МАЛЬЧИК, КОТОРОГО ВСЕ ПРОЗВАЛИ МАНДОЛИНОЙ за то, что он никогда не выпускал из рук свой инструмент, даже держал его над головой, пока ему выводили в ванной вшей, умер в постели, продолжая обеими руками обнимать мандолину. Мы получали меньшие порции во время еды, и все бесились по этому поводу. Если мы слишком рано расправлялись со своей порцией, приходилось дольше ждать следующего приема пищи, и мучение росло. Все только и думали, что о следующем куске хлеба за столом. Когда по палате-изолятору разносили котел с супом, с кроватей взмывал лес маленьких ручонок. Нам готовили жидковатую овсяную муку, сваренную на воде, и свернутую комками лошадиную кровь, которую жарили на сковородке. Кровь походила на клочки черной губки и по вкусу напоминала песок. На Шаббат был бульон из гречки и топленого свиного сала.
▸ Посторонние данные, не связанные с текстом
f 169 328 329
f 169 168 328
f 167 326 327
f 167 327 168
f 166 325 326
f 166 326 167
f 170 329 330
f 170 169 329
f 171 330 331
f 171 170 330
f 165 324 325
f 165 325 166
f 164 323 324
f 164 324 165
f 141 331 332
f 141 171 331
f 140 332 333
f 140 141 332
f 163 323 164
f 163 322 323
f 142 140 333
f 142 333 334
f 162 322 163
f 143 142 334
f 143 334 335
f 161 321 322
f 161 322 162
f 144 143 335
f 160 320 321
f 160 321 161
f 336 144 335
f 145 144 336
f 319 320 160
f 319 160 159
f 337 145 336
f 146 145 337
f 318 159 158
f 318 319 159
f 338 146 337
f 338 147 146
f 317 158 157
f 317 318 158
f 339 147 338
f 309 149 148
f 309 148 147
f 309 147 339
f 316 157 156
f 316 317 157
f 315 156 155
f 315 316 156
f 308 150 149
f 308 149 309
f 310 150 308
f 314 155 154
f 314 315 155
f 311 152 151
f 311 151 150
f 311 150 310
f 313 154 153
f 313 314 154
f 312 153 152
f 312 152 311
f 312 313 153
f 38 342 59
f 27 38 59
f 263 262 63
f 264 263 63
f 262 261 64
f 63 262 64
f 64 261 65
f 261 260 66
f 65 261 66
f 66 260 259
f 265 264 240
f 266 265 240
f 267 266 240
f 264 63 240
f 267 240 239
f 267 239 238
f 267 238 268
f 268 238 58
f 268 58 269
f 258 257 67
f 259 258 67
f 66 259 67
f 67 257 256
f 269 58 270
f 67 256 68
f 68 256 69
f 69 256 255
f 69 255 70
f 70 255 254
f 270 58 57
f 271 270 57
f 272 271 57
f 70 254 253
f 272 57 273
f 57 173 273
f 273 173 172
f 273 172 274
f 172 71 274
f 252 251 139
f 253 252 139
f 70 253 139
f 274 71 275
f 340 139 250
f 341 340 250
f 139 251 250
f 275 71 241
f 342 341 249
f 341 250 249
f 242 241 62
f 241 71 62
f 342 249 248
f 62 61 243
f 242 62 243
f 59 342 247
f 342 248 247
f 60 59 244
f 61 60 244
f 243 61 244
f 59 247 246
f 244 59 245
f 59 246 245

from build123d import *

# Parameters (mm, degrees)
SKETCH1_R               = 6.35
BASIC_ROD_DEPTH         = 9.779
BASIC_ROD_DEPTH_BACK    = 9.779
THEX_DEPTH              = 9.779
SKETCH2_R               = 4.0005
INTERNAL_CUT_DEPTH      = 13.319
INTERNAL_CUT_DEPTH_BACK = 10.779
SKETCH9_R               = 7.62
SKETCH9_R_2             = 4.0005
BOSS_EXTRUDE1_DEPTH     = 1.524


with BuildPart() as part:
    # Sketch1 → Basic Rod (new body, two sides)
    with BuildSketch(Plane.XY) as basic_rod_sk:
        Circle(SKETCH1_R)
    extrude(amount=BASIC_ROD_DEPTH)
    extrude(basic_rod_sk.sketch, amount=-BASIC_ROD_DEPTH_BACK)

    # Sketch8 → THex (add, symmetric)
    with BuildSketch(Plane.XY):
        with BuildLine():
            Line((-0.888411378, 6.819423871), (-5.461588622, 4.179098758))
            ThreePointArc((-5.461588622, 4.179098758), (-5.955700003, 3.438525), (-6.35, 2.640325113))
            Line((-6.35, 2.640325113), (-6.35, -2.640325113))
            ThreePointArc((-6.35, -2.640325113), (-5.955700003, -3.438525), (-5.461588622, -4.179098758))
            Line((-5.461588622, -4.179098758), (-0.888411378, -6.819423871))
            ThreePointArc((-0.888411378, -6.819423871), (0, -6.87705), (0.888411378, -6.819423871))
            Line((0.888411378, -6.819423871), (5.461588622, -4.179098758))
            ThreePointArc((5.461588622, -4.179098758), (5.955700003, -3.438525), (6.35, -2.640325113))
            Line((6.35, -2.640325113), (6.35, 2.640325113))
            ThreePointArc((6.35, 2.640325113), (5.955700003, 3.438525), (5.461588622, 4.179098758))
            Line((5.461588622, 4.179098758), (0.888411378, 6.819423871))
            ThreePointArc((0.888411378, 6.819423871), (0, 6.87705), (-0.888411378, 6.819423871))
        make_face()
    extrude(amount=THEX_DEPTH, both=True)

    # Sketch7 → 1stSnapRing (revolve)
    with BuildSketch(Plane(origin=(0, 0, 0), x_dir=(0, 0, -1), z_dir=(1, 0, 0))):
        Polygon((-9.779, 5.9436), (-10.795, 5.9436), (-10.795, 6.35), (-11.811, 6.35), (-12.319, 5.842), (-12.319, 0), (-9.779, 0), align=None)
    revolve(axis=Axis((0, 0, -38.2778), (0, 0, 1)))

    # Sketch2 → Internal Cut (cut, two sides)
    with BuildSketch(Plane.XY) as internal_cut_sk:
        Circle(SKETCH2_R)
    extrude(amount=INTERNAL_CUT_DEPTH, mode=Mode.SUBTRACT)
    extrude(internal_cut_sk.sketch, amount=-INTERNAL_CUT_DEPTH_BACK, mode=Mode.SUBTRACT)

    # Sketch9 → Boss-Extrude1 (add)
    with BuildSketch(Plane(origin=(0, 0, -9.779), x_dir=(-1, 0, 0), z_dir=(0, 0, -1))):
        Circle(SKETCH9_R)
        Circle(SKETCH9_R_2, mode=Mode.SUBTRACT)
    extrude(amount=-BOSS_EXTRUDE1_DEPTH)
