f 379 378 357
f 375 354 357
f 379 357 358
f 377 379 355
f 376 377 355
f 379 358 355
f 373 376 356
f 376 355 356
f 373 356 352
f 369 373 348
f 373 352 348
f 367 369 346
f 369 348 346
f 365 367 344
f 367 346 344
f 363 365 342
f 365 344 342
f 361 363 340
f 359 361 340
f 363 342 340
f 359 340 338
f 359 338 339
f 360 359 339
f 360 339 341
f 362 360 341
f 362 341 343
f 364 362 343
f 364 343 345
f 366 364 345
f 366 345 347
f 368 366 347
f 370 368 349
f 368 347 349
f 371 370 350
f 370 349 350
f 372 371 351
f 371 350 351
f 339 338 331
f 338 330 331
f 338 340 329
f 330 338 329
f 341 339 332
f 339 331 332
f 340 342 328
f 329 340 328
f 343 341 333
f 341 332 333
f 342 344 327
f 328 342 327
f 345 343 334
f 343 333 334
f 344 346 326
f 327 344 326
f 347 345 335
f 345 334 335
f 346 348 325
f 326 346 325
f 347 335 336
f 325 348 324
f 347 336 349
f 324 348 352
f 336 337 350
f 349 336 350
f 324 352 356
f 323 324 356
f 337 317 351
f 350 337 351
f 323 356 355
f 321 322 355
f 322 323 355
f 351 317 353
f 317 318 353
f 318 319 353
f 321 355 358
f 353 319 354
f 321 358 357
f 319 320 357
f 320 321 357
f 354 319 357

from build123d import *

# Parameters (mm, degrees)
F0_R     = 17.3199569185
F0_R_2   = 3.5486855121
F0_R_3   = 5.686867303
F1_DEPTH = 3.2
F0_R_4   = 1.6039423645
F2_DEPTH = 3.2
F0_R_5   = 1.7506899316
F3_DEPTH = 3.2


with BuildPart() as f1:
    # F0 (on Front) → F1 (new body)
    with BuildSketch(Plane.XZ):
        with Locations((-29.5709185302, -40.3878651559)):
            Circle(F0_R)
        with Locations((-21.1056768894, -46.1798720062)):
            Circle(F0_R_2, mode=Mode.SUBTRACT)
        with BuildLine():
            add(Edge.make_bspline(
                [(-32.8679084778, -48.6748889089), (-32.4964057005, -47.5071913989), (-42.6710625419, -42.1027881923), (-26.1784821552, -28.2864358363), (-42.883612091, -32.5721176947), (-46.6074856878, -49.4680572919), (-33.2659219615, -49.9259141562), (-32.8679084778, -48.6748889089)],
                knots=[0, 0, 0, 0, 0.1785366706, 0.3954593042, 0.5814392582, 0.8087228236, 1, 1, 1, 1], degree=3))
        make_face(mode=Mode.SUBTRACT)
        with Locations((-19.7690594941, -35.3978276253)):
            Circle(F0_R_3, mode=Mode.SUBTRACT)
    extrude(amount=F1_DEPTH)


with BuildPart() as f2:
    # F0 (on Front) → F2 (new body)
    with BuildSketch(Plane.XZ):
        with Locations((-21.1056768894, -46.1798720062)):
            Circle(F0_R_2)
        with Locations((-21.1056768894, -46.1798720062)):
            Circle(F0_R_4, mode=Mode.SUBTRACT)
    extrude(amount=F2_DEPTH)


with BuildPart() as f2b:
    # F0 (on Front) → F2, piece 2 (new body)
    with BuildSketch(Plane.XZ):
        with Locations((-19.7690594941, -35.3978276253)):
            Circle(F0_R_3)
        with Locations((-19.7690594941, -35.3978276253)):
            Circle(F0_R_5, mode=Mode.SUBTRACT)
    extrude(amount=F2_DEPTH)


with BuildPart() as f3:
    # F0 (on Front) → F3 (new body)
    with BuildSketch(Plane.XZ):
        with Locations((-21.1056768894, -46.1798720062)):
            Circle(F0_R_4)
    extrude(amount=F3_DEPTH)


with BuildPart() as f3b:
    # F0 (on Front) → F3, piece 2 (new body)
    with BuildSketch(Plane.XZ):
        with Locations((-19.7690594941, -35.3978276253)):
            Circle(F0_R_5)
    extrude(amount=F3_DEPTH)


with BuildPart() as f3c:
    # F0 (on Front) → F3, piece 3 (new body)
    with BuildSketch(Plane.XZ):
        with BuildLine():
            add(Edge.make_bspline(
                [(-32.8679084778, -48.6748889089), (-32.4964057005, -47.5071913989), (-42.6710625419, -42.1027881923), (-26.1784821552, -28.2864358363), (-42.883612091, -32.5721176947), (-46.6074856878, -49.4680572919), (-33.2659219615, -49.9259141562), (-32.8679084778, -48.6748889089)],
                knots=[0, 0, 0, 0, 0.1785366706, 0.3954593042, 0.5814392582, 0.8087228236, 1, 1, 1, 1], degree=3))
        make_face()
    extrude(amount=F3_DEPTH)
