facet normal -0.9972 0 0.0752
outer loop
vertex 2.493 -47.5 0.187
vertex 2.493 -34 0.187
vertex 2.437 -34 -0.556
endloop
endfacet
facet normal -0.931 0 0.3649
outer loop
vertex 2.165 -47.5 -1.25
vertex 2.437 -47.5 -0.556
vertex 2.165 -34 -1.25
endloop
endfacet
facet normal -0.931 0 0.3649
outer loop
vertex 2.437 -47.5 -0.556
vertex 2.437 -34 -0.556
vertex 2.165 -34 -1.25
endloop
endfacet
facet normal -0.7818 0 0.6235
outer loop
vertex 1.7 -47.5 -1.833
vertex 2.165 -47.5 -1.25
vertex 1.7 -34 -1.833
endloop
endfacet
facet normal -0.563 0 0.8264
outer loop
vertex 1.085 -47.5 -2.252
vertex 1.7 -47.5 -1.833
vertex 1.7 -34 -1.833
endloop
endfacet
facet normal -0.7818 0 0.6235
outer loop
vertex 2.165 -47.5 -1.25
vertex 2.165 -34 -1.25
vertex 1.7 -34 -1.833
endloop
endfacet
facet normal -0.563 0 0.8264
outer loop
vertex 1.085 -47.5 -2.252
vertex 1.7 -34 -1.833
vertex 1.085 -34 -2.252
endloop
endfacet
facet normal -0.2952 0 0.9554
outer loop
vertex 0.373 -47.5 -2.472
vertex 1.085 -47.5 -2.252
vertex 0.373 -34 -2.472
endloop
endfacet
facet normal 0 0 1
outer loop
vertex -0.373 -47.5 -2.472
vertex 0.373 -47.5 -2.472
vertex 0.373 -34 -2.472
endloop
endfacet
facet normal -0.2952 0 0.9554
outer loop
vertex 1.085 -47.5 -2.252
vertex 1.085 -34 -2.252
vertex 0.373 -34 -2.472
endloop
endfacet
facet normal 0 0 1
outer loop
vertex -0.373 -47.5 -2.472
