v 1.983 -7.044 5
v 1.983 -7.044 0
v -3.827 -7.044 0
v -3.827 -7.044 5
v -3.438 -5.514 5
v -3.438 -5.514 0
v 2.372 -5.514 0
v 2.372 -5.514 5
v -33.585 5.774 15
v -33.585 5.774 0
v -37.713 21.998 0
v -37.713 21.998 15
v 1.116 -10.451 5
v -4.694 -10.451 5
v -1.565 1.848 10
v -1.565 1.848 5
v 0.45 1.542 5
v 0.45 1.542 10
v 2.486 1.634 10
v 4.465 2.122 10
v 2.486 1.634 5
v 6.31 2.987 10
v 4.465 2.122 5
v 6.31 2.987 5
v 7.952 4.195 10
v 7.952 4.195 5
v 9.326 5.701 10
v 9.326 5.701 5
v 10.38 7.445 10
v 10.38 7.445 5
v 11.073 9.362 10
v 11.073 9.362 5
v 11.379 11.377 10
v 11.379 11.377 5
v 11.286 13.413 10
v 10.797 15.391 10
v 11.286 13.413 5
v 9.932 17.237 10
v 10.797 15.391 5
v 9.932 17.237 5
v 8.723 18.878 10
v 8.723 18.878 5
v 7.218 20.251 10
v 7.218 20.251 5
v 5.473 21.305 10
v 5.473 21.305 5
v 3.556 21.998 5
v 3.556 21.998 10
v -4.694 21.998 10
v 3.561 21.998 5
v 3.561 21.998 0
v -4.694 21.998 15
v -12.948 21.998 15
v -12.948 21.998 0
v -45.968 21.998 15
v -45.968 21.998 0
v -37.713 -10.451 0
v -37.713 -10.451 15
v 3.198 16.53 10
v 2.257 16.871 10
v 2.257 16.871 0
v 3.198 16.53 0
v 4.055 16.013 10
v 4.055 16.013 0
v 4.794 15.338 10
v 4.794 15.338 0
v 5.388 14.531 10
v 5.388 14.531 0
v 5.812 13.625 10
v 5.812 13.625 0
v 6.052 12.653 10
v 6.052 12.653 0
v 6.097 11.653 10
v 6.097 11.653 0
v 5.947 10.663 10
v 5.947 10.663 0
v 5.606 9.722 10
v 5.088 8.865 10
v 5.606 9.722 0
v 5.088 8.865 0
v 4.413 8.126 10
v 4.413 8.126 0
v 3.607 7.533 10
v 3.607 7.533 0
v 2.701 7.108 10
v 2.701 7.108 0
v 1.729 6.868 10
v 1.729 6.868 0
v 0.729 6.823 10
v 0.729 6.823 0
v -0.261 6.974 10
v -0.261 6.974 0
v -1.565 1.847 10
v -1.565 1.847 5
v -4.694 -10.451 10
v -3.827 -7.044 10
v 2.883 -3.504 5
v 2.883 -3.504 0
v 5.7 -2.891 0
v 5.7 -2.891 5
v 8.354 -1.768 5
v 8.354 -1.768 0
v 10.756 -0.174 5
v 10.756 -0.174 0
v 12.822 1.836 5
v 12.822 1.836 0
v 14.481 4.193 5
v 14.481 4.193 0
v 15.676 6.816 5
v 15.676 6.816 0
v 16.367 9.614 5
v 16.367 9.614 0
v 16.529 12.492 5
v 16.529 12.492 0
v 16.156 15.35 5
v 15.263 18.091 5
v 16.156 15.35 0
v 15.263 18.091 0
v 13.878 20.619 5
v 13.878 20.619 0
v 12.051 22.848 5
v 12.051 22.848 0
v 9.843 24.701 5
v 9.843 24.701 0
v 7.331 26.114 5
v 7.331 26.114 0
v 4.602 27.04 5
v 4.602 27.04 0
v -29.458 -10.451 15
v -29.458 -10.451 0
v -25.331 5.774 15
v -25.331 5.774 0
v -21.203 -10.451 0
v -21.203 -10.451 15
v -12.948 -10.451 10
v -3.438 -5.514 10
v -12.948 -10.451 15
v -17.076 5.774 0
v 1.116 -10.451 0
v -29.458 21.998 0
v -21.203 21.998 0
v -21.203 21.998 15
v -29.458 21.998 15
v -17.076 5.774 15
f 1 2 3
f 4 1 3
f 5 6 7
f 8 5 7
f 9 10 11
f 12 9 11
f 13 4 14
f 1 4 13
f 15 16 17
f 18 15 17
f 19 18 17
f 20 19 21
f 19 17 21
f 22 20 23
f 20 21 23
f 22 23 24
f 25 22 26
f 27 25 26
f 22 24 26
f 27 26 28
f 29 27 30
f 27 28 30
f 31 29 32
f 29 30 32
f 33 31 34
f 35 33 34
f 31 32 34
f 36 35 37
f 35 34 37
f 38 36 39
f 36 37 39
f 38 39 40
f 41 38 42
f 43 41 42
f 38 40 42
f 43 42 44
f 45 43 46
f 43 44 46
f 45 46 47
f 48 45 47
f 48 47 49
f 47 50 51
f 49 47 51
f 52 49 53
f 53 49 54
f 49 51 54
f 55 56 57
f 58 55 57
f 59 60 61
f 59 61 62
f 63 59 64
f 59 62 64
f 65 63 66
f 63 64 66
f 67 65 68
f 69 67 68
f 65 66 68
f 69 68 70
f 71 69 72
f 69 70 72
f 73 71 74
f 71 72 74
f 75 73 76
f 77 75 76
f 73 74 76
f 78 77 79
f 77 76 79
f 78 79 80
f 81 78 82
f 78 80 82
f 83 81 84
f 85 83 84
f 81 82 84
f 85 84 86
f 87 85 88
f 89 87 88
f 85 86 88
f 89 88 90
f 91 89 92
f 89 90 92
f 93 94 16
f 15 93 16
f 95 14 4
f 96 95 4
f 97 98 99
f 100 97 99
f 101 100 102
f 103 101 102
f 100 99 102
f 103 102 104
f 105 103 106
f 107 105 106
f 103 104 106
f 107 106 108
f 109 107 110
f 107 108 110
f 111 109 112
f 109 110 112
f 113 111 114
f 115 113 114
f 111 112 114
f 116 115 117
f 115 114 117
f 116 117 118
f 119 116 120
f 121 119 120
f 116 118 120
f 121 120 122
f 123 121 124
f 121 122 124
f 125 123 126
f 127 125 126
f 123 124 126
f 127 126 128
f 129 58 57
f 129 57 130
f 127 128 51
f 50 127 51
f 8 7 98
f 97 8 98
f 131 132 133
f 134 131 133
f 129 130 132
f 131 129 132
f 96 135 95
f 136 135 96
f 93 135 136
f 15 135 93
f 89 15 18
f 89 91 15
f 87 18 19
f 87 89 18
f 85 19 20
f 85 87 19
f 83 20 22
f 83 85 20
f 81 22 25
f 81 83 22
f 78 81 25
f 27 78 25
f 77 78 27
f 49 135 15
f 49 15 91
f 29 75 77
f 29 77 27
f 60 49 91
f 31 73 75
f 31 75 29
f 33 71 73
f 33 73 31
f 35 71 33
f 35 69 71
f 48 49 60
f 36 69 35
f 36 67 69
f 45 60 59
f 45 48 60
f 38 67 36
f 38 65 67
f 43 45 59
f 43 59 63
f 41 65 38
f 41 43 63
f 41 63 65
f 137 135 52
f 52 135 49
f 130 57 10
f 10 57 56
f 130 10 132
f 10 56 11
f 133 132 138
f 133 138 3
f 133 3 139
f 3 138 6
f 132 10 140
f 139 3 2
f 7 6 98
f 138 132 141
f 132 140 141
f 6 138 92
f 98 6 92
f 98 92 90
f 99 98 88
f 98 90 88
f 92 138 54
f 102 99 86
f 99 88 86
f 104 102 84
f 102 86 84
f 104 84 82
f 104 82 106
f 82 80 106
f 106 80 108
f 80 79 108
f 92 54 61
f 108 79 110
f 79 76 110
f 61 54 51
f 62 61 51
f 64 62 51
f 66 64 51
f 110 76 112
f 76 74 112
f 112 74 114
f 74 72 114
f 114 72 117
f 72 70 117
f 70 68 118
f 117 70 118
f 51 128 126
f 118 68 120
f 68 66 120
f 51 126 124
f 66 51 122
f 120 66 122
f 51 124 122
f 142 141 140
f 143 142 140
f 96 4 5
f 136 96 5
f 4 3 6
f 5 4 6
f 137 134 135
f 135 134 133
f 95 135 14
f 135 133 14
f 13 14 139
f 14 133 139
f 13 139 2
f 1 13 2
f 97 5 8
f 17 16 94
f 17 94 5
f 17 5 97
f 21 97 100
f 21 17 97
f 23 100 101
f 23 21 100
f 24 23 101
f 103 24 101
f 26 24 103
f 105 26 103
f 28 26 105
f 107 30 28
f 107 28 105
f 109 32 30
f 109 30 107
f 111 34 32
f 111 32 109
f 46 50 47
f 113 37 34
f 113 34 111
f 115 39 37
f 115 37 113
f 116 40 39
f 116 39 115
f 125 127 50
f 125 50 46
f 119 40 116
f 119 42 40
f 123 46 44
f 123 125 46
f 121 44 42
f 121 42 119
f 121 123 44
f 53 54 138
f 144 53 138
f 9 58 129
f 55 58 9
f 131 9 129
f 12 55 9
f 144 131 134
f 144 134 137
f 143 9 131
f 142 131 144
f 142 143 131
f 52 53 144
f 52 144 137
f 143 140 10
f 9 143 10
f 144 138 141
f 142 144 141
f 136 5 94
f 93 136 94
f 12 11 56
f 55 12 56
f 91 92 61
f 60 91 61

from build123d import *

# Parameters (mm, degrees)
F1_DEPTH = 15
F2_DEPTH = 10
F3_DEPTH = 5


with BuildPart() as f1:
    # F0 (on Top) → F1 (new body)
    with BuildSketch(Plane.XY):
        Polygon((-37.712831, 21.99769), (-45.967648, 21.99769), (-37.712831, -10.45064), (-29.458014, -10.45064), (-25.330606, 5.773525), (-21.203197, -10.45064), (-12.94838, -10.45064), (-4.693563, 21.99769), (-12.94838, 21.99769), (-17.075789, 5.773525), (-21.203197, 21.99769), (-29.458014, 21.99769), (-33.585422, 5.773525), align=None)
    extrude(amount=F1_DEPTH)

    # F0 (on Top) → F2 (join)
    with BuildSketch(Plane.XY):
        with BuildLine():
            Line((-4.693563, 21.99769), (-12.94838, -10.45064))
            Line((-12.94838, -10.45064), (-4.693563, -10.45064))
            Line((-4.693563, -10.45064), (-3.826923, -7.044018))
            Line((-3.826923, -7.044018), (-3.437773, -5.514332))
            Line((-3.437773, -5.514332), (-1.565072, 1.846947))
            Line((-1.565072, 1.846947), (-1.564775, 1.848116))
            ThreePointArc((-1.564775, 1.848116), (11.072878, 9.361753), (3.556356, 21.99769))
            Line((3.556356, 21.99769), (-4.693563, 21.99769))
        make_face()
        with BuildLine():
            ThreePointArc((2.257058, 16.871111), (5.946883, 10.663352), (-0.260876, 6.973526))
            Line((-0.260876, 6.973526), (2.257058, 16.871111))
        make_face(mode=Mode.SUBTRACT)
    extrude(amount=F2_DEPTH)

    # F0 (on Top) → F3 (join)
    with BuildSketch(Plane.XY):
        with BuildLine():
            Line((3.561253, 21.99769), (3.556356, 21.99769))
            ThreePointArc((3.556356, 21.99769), (11.072878, 9.361753), (-1.564775, 1.848116))
            Line((-1.564775, 1.848116), (-1.565072, 1.846947))
            Line((-1.565072, 1.846947), (-3.437773, -5.514332))
            Line((-3.437773, -5.514332), (2.371906, -5.514332))
            Line((2.371906, -5.514332), (2.883339, -3.503974))
            ThreePointArc((2.883339, -3.503974), (16.514622, 11.049437), (4.60158, 27.039842))
            Line((4.60158, 27.039842), (3.561253, 21.99769))
        make_face()
        Polygon((-3.826923, -7.044018), (-4.693563, -10.45064), (1.116115, -10.45064), (1.982756, -7.044018), align=None)
    extrude(amount=F3_DEPTH)


solid = f1.part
Хотя еды у нас не было, Корчак все равно заставил всех подписать и отправить приглашения к нашему пасхальному седеру[15] на первое апреля. Мы разделили его список благодетелей. Когда наступил праздничный день, пятьдесят гостей прибыли и сели у двери. Длинные столы накрыли скатертями. Я сидел рядом с мальчишкой, покрытым такими жесткими волдырями и струпьями, что соседи называли его «рыбной чешуей». У нас не было ни яиц, ни горьких пряностей, только немного супа и на каждого по шарику мацы, а ребятишки поменьше находились в трепетном ожидании, потому что было объявлено, что мадам Стефа спрятала зернышко миндаля в одном из шариков мацы. Наша праздничная голодовка, пошутил Зигмус, будет такой же, как остальная неделя. Но Корчак сказал гостям, что ни один ребенок, сидящий за столом, не был покинут и всех объединяли любящие души их отсутствующих матерей и отцов. И когда он это произнес, многие дети начали реветь. То же самое произошло с большей частью гостей. Миндаль попался Митеку.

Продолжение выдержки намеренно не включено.